QST was performed in the lumbar region (at the location of pain for the acute LBP group) and on the dominant forearm (remote area). Participants in the acute LBP group had a lower threshold for cold at both the remote and back areas, meaning that pain was elicited at a higher temperature in the acute LBP group. The pressure pain threshold (PPT) only was significantly lower in the back area of the acute LBP group, meaning that less pressure stimulus was required to elicit pain. Mechanical sensitivity and the wind-up ratio were significantly higher in both the remote and back areas in the acute LBP group, meaning that the acute LBP group reported higher pain scores to a set mechanical stimulus. Finally, pain scores were significantly elevated in response to a standard brush applied to the painful back region in the acute LBP, suggesting mechanical allodynia.

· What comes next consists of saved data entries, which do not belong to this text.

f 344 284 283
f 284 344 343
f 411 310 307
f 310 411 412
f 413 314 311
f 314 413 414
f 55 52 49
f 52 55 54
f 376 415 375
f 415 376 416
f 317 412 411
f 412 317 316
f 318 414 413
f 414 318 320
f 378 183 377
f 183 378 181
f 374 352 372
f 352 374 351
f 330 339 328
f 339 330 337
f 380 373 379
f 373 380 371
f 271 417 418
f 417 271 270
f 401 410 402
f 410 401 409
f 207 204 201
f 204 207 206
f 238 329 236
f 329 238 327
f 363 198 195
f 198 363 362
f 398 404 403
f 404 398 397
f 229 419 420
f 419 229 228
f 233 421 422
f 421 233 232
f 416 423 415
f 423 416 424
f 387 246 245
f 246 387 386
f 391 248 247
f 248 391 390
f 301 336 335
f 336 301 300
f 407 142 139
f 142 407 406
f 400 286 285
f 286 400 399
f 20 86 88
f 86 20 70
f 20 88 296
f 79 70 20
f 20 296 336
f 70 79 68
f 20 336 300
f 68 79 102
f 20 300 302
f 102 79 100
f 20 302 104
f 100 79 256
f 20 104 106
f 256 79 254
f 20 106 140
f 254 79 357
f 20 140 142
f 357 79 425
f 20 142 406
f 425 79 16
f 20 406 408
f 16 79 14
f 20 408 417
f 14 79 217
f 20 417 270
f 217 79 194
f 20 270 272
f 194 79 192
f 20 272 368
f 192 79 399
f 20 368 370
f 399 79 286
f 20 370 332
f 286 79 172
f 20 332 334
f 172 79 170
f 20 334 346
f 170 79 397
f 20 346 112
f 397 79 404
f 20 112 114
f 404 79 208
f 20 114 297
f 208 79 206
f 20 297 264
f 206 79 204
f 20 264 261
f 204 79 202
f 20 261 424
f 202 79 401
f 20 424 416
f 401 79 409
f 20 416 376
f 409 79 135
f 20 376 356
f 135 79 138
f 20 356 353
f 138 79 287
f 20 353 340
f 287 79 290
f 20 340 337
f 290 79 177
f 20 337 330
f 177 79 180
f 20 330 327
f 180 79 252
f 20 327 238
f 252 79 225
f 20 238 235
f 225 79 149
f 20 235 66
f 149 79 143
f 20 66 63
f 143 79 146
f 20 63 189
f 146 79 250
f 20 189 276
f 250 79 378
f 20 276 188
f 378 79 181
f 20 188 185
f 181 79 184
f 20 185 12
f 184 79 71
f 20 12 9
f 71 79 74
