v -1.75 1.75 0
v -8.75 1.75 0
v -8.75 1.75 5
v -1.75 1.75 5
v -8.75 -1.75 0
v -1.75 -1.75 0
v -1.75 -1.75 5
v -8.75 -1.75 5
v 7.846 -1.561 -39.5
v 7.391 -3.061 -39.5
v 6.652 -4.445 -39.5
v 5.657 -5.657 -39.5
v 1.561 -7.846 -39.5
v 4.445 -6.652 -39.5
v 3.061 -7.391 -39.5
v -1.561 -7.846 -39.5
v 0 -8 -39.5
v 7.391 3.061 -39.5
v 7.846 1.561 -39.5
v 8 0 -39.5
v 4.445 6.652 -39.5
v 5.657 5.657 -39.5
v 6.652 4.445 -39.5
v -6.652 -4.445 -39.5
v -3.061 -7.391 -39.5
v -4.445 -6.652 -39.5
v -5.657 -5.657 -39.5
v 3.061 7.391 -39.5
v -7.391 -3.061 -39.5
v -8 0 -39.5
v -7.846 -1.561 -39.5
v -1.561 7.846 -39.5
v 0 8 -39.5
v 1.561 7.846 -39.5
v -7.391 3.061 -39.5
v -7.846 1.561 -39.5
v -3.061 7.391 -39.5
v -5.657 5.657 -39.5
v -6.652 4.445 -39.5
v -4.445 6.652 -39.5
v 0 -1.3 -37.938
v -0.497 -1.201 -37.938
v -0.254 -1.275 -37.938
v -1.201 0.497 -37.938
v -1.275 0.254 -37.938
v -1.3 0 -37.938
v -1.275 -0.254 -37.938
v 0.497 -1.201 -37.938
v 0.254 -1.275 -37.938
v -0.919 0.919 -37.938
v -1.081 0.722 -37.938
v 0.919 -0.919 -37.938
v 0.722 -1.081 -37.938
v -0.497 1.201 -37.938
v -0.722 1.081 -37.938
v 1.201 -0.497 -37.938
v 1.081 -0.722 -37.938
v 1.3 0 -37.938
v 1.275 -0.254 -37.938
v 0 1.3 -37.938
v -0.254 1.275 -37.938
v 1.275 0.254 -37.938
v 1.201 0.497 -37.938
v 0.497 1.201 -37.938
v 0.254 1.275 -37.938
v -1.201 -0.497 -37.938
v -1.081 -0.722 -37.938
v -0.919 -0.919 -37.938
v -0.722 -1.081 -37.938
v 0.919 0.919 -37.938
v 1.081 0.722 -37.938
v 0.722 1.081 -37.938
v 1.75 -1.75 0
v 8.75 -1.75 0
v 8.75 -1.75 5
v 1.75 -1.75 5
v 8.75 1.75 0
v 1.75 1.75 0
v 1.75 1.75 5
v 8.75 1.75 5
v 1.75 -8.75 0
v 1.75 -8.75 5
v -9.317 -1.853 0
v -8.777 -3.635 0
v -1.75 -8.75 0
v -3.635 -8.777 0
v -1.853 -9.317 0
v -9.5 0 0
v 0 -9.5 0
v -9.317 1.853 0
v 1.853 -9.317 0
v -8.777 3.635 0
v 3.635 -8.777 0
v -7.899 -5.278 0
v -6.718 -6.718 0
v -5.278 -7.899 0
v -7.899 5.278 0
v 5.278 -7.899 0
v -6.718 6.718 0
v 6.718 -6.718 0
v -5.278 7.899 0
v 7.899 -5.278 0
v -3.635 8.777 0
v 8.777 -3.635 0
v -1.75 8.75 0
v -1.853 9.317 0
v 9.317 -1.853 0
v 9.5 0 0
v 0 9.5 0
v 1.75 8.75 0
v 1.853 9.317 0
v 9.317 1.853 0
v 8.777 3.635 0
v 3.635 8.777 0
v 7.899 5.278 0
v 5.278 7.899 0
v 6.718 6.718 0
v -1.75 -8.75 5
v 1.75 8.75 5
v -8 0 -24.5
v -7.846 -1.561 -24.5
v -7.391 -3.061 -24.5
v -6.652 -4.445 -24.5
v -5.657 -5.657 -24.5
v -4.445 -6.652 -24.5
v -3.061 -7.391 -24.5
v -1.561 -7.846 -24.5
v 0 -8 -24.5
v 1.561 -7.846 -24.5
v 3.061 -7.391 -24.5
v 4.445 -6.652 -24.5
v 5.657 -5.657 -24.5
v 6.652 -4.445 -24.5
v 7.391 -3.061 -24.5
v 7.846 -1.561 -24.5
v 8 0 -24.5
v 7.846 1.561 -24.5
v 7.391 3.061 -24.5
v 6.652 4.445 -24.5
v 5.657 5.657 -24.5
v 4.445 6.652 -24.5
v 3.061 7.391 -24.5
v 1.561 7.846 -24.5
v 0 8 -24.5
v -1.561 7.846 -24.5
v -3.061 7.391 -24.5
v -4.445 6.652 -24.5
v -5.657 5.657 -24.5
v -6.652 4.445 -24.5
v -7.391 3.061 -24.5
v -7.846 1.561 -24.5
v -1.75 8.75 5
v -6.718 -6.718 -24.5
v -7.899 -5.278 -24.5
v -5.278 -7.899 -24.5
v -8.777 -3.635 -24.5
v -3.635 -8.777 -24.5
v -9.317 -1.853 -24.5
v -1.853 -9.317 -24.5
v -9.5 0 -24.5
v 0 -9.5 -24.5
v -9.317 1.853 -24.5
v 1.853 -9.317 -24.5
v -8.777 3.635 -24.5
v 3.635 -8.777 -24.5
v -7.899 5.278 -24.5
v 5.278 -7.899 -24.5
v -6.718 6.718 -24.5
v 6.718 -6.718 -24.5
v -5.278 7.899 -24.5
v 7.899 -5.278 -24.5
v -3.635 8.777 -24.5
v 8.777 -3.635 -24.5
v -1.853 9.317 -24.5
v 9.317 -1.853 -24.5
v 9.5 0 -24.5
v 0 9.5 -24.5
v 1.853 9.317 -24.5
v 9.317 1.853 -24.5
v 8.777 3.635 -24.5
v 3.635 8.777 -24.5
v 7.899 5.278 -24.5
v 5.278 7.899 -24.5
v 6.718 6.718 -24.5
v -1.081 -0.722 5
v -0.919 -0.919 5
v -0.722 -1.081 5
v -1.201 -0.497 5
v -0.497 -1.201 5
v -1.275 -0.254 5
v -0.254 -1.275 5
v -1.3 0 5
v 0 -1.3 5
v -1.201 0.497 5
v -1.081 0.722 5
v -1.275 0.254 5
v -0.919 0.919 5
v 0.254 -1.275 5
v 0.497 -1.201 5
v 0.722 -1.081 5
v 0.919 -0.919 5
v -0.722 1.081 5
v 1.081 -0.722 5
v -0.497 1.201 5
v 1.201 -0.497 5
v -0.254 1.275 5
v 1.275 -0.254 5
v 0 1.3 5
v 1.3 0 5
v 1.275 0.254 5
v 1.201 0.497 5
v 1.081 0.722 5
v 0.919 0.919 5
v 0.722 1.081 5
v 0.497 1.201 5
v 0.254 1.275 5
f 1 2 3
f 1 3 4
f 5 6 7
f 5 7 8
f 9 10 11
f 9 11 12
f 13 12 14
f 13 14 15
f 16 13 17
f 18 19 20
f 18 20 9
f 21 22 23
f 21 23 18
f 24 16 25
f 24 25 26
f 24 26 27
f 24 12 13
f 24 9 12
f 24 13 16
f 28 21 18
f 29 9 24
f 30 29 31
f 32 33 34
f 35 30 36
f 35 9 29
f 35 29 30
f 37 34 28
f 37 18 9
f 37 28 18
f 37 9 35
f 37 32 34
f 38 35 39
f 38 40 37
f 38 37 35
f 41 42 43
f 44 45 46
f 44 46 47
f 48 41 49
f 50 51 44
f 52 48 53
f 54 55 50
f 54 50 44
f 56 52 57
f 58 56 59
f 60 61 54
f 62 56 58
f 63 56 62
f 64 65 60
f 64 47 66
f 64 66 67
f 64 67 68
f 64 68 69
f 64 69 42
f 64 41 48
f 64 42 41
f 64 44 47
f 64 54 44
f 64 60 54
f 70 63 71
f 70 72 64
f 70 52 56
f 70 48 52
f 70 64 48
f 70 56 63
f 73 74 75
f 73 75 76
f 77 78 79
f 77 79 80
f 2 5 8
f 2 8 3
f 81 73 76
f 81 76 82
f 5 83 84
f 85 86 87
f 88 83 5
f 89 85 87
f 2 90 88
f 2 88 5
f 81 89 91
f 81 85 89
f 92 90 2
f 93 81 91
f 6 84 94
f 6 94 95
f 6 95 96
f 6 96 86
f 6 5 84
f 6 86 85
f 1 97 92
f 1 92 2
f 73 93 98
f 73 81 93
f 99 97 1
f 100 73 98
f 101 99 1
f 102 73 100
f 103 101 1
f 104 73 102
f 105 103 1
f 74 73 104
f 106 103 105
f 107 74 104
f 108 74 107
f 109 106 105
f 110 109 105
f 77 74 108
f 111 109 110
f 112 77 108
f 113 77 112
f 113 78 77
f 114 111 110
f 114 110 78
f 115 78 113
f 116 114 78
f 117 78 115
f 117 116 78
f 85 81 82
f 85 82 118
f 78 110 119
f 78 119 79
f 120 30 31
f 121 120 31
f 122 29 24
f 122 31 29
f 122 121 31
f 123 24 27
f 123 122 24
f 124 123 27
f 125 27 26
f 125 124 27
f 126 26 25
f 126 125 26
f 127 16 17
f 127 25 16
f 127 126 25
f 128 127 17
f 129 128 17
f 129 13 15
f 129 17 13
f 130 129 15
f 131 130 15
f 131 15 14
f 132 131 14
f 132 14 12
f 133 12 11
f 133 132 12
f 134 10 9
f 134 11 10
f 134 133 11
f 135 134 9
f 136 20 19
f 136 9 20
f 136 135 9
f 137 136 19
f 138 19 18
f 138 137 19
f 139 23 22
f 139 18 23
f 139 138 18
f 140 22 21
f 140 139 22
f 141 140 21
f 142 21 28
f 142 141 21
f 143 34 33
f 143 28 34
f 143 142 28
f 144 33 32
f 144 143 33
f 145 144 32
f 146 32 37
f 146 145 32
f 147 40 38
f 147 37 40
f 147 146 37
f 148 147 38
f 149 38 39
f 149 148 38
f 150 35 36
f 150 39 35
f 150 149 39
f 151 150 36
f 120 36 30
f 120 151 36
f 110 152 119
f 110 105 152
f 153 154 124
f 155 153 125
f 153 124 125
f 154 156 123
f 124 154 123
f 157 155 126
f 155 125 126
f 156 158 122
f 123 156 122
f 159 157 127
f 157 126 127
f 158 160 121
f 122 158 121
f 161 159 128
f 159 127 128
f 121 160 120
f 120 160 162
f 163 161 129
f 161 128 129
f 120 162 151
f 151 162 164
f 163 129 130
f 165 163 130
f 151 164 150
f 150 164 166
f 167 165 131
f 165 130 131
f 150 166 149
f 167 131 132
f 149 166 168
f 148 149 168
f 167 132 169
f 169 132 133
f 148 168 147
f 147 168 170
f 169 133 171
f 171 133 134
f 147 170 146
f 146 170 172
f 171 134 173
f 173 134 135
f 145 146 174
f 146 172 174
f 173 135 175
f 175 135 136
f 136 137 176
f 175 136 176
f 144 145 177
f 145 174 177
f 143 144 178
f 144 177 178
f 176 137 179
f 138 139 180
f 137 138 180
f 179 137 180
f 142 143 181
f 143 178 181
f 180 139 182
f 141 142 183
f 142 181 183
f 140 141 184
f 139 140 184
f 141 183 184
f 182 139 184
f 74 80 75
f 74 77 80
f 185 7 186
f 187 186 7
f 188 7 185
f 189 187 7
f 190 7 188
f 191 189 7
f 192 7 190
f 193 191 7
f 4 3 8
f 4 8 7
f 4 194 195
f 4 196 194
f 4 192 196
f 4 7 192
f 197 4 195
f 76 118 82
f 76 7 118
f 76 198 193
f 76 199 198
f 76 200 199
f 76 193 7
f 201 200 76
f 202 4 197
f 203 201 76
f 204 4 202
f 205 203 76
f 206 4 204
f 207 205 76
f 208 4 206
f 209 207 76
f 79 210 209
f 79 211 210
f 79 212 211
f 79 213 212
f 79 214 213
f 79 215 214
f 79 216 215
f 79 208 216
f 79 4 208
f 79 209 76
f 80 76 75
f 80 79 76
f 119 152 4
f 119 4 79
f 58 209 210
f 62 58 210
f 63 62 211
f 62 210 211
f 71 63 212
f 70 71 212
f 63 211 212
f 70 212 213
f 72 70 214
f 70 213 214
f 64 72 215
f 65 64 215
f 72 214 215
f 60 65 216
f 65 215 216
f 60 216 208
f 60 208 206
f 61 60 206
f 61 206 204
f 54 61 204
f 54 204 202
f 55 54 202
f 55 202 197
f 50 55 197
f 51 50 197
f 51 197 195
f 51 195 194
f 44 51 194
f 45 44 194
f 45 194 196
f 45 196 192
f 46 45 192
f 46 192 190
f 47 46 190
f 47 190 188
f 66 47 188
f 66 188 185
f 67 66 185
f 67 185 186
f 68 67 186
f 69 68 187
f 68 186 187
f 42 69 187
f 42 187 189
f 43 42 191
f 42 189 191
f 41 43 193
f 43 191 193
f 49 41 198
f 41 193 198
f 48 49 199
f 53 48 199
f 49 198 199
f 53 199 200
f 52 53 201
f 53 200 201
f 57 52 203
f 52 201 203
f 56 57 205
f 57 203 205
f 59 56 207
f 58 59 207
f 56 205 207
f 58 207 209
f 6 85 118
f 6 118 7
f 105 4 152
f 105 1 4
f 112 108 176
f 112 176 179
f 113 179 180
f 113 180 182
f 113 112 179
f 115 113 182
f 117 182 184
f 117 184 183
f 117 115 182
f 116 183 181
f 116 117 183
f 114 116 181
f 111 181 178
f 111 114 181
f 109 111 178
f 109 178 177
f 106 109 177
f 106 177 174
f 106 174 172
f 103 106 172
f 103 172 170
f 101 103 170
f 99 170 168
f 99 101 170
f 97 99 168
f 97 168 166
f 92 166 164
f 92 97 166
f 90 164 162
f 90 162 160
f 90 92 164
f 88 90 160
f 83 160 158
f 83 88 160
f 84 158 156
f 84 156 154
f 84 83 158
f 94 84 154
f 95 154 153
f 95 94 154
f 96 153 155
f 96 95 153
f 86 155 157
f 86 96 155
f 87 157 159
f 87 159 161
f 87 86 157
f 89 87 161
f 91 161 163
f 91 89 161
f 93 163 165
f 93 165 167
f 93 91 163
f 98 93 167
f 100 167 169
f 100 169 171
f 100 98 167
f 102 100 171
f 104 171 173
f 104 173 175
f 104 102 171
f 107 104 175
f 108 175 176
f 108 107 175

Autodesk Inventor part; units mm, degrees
ref_plane "YZ Plane" through (0, 0, 0) normal (1, 0, 0) x (0, 1, 0)
ref_plane "XZ Plane" through (0, 0, 0) normal (0, 1, 0) x (-1, 0, 0)
ref_plane "XY Plane" through (0, 0, 0) normal (0, 0, 1) x (1, 0, 0)
sketch "Sketch1" plane through (0, 0, 0) normal (0, 0, 1) x (1, 0, 0)
  circle A0 centre (0, 0) radius 9.5
  dimension "d0" = 19
extrude "Extrusion1" add sketch "Sketch1" against normal blind 24.5
sketch "Sketch2" plane through (0, 0, -24.5) normal (0, 0, -1) x (-1, 0, 0)
  circle A0 centre (0, 0) radius 8
  dimension "d3" = 16
extrude "Extrusion2" add sketch "Sketch2" along normal blind 15
sketch "Sketch3" plane through (0, 0, 0) normal (0, 0, 1) x (1, 0, 0)
  line L0 (0, 0) -> (0, 8.75)
  line L1 (0, 8.75) -> (1.75, 8.75)
  line L2 (1.75, 8.75) -> (1.75, 1.75)
  line L3 (1.75, 1.75) -> (8.75, 1.75)
  line L4 (8.75, 1.75) -> (8.75, -1.75)
  line L5 (8.75, -1.75) -> (1.75, -1.75)
  line L6 (1.75, -1.75) -> (1.75, -8.75)
  line L7 (1.75, -8.75) -> (-1.75, -8.75)
  line L8 (-1.75, -8.75) -> (-1.75, -1.75)
  line L9 (-1.75, -1.75) -> (-8.75, -1.75)
  line L10 (-8.75, -1.75) -> (-8.75, 1.75)
  line L11 (-8.75, 1.75) -> (-1.75, 1.75)
  line L12 (-1.75, 1.75) -> (-1.75, 8.75)
  line L13 (-1.75, 8.75) -> (0, 8.75)
  dimension "d26" = 8.75
  dimension "d27" = 1.75
  dimension "d28" = 7
  dimension "d29" = 7
  dimension "d30" = 3.5
  dimension "d31" = 7
  dimension "d33" = 7
  dimension "d34" = 3.5
  dimension "d35" = 7
  dimension "d36" = 7
  dimension "d37" = 3.5
  dimension "d38" = 7
  dimension "d39" = 7
extrude "Extrusion3" add sketch "Sketch3" along normal blind 5
sketch "Sketch4" plane through (0, 0, 5) normal (0, 0, 1) x (1, 0, 0)
  circle A0 centre (0, 0) radius 1.3
  dimension "d23" = 2.6
extrude "Extrusion4" cut sketch "Sketch4" against normal blind 42.9375
properties part number "OmniWheelAxleRear"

This study indicates a unique profile of somatosensory alterations and differential gene expression present at the initial episode of acute LBP and reports these differences in comparison with NPCs. These findings suggest a mechanism of enhanced central nervous system excitability in participants with acute LBP. Deep tissue–specific peripheral sensitization was suggested in the acute LBP group because of significant differences in the PPT of the painful back area but not the remote body site. Although previous studies have reported sensory alterations among participants with chronic LBP, this study reports indications of selective peripheral and central sensitization among participants with acute LBP and NPCs. These preliminary findings provide evidence of potential candidate genetic markers that may influence pain signaling and inflammatory processes during the acute stage of pain. Future studies will examine these parameters in a longitudinal cohort to determine whether specific indicators of somatosensory function and gene expression contribute to persistent LBP.